Шестерым немцам у подножия деваться было некуда. Увидев появившуюся на высоте смерть, кто-то начал метаться по лугу как заяц, кто-то попытался залечь и не отсвечивать. Двое, видимо самые хладнокровные, попытались взобраться на насыпь и перескочить через нее, пока противник ни пристрелялся. СУО БМД не оставили никому ни шанса. Из пушек никто не стрелял, два пулемета, через пару секунд поддержанных третьим, опутали две фигурки на насыпи нитями трассеров и оставили их там, мгновением позже переключившись на остальную четверку. У немцев, даже не будь у нас тепловизионных каналов прицелов, на голом лугу шансов выжить было ноль. Впрочем, хладнокровная парочка, попробовавшая перескочить насыпь, чуть было не ушла, более спортивного бойца пулемет поймал уже на путях.
«Корд» со спины бронетранспортера давил огнем немецкое отделение в окопах у моста. Пулемет, то ли случайно, то ли специально спрятанный немецким командиром отделения за фермами, в противоположном от нас усе траншеи, появившись на насыпи, успел только дать несколько длинных очередей. Я, Якунин и пулеметчик на бронетранспортере тут же переключились на него и в считанные секунды задавили огнем, оставив на насыпи опрокинутый машингевер и два разорванных крупнокалиберными пулями трупа. БМД первого отделения, выскочив на переезд, хоть и заблажила поначалу, что противник прячется за изгибом насыпи, но потом все же не подвела. Командовавший машиной наводчик-оператор догадался спуститься ближе к берегу и продольным огнем перебил пытавшихся укрыться за железной дорогой фрицев, после чего, чтобы два раза туда не ездить, по моей команде прочесал 100– и 30-миллиметровыми снарядами и окопы, пока остальные три машины делали то же самое с окопом на противоположной стороне.
Все стихло. Насколько можно было судить, успех был полным, немецкого взвода больше не существовало.
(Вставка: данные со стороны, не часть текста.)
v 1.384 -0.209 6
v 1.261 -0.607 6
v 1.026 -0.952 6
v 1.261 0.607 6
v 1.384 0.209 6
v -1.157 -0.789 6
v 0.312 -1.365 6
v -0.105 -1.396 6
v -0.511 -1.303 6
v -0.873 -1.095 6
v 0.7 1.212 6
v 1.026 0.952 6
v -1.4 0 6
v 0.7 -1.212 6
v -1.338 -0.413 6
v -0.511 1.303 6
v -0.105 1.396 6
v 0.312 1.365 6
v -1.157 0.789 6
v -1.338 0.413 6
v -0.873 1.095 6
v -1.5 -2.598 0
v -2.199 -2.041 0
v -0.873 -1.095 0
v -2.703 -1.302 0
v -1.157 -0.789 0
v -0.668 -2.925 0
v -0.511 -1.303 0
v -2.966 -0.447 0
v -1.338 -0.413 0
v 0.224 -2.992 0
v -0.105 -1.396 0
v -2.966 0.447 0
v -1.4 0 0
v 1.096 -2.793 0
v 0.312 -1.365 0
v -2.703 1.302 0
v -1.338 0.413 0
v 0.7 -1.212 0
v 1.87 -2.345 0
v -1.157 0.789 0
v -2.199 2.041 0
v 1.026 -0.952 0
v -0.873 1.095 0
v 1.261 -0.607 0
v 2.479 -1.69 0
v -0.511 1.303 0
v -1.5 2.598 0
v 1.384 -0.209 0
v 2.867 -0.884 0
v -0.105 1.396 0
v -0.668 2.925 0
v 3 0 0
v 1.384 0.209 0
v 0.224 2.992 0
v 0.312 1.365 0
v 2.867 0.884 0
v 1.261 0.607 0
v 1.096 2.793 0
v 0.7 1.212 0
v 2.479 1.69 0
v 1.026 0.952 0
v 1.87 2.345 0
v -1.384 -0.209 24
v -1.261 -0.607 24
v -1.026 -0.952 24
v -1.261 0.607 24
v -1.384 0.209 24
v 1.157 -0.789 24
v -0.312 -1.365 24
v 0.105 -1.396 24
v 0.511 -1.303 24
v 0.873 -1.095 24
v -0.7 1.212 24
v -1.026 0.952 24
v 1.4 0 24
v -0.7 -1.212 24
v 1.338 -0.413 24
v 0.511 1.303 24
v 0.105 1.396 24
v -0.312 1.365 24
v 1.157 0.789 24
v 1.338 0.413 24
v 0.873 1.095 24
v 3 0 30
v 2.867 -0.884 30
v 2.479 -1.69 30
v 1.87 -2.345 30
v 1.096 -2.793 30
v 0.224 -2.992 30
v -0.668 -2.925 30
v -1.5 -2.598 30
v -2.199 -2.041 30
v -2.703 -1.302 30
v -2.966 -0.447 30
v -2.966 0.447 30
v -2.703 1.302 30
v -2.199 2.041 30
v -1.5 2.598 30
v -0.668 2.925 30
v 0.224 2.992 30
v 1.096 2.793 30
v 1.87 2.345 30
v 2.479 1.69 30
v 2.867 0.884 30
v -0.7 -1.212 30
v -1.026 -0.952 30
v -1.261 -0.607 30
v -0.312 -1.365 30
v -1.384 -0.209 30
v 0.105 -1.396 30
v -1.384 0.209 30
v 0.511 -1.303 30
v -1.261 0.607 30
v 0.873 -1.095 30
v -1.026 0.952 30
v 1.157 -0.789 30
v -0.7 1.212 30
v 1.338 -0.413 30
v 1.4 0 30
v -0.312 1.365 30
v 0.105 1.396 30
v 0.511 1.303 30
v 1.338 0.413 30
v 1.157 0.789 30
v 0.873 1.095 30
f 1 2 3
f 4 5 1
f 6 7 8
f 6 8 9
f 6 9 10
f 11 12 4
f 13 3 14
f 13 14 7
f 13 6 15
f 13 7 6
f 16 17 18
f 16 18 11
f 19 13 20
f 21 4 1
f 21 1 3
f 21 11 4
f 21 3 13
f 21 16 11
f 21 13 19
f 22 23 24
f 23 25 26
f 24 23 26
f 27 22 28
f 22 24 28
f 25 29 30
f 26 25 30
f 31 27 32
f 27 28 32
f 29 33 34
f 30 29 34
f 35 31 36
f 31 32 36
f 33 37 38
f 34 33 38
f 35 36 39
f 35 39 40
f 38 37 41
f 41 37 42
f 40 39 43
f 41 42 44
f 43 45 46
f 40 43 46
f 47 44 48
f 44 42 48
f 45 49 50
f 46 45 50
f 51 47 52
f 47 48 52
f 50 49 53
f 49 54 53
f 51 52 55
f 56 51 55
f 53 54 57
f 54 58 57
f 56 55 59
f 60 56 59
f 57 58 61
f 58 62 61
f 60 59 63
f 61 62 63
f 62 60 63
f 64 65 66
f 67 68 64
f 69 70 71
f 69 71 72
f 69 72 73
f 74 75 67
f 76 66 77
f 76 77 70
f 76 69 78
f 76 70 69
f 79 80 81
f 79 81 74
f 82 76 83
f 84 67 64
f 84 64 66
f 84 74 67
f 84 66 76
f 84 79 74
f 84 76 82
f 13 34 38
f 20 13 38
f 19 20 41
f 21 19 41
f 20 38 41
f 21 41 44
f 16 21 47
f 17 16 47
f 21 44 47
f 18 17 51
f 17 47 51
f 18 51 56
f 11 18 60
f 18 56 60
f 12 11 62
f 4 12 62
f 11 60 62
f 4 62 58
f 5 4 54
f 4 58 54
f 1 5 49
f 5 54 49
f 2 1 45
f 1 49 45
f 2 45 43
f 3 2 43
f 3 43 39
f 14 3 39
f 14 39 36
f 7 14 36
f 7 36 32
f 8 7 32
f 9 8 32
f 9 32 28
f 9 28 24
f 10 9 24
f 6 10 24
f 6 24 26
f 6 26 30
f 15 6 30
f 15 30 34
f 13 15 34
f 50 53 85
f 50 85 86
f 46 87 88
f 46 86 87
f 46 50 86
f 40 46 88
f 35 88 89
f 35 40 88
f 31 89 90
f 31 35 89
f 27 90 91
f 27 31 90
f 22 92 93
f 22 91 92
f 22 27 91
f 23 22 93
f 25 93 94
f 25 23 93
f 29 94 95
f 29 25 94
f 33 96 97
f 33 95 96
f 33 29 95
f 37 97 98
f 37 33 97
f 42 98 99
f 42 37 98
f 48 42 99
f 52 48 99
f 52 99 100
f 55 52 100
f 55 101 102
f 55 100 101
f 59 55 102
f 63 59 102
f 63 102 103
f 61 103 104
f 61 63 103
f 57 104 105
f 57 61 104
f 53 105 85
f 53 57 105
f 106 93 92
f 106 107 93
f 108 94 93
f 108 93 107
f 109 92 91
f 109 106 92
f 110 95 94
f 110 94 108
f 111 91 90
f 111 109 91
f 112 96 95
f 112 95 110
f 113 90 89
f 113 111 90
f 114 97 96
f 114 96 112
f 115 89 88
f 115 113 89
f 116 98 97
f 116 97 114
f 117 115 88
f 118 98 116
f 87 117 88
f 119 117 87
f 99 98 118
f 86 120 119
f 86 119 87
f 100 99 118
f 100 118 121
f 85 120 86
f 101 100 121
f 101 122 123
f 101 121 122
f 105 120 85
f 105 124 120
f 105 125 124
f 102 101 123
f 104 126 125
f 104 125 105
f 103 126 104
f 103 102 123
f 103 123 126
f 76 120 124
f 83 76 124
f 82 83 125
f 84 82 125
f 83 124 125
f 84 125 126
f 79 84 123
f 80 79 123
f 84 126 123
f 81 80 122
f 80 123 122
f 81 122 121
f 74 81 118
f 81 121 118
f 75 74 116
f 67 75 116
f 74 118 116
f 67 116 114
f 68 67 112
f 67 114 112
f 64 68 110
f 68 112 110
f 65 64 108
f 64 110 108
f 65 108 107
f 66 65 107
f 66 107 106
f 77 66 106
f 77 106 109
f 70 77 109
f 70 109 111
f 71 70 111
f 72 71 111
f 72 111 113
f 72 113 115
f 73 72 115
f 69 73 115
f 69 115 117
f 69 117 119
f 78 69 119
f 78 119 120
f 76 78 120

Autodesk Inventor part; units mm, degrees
ref_plane "YZ Plane" through (0, 0, 0) normal (1, 0, 0) x (0, 1, 0)
ref_plane "XZ Plane" through (0, 0, 0) normal (0, 1, 0) x (-1, 0, 0)
ref_plane "XY Plane" through (0, 0, 0) normal (0, 0, 1) x (1, 0, 0)
sketch "スケッチ1" plane through (0, 0, 0) normal (0, 0, 1) x (1, 0, 0)
  circle A0 centre (0, 0) radius 3
  dimension "d0" = 6
extrude "押し出し1" add sketch "スケッチ1" along normal blind 30
sketch "スケッチ2" plane through (0, 0, 30) normal (0, 0, 1) x (1, 0, 0)
  circle A0 centre (0, 0) radius 1.4
  dimension "d3" = 2.8
extrude "押し出し2" cut sketch "スケッチ2" against normal blind 6
sketch "スケッチ3" plane through (0, 0, 0) normal (0, 0, -1) x (-1, 0, 0)
  circle A0 centre (0, 0) radius 1.4 projected
  circle A1 centre (0, 0) radius 1.4
extrude "押し出し3" cut sketch "スケッチ3" against normal blind 6
properties part number "34mm" material "アルミニウム 6061"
Улыбающийся Якунин, видимо, думал о том же самом и поздравил меня первым:
– С первым настоящим успехом вас, товарищ лейтенант.
Через несколько секунд радиостанция донесла голос Бугаева, поздравлявшего меня с тем же самым.
А я изо всех сил сдерживал слезы, слезы радости и облегчения. Сцены залитого кровью тела Якунина, лежащего на броне бронетранспортера, и массивной фигуры замкомвзвода, исчезающей во вспышке взрыва боекомплекта машины, вставали перед глазами снова и снова. Я сумел это сделать, сумел удержать ситуацию под контролем и победить, какие бы меры предосторожности мой противник ни принимал. И главное, у нас не было потерь, чем тоже можно было гордиться.
Ну что же, осталось это повторить в больших масштабах, благо немецкая колонна уже была на подходе. Я на это способен. Я уже верил в это.
Успокаиваться после успешного боя было рано. Хотя потерь мы и не понесли, что лишало меня «удовольствия» эвакуировать раненых к имеющимся, однако боекомплект БМД требовал пополнения, в первую очередь это касалось машины первого отделения, ее наводчик-оператор Юнусов патронов и снарядов на немцев не пожалел. С нее и начали.
БМД Юнусова ушла к КамАЗам на пополнение боеприпасов, две остальные, вернувшись на обратный скат высоты 44,8, должны были позже поочередно сходить туда же, бронетранспортер Якунина ушел к Бугаеву с инструктажем лечь на брюхо и замаскироваться в кустарнике за высотой. Ребята в ГПО были предусмотрительные и две свои расстрелянные пулеметные ленты могли снарядить и там. АГС остался в моем распоряжении, причем два хитрых друга из его расчета – младший сержант Аушев и второй номер рядовой Федюшкин – по собственной инициативе вызвались копать окоп в кустарнике на вершине. Гранатометчики оказались парнями сообразительными и вести огонь из своей бандуры с голой земли им внезапно расхотелось, ведь немецкий пулемет с моста, пока его не подавили, довольно успешно обстреливал именно их.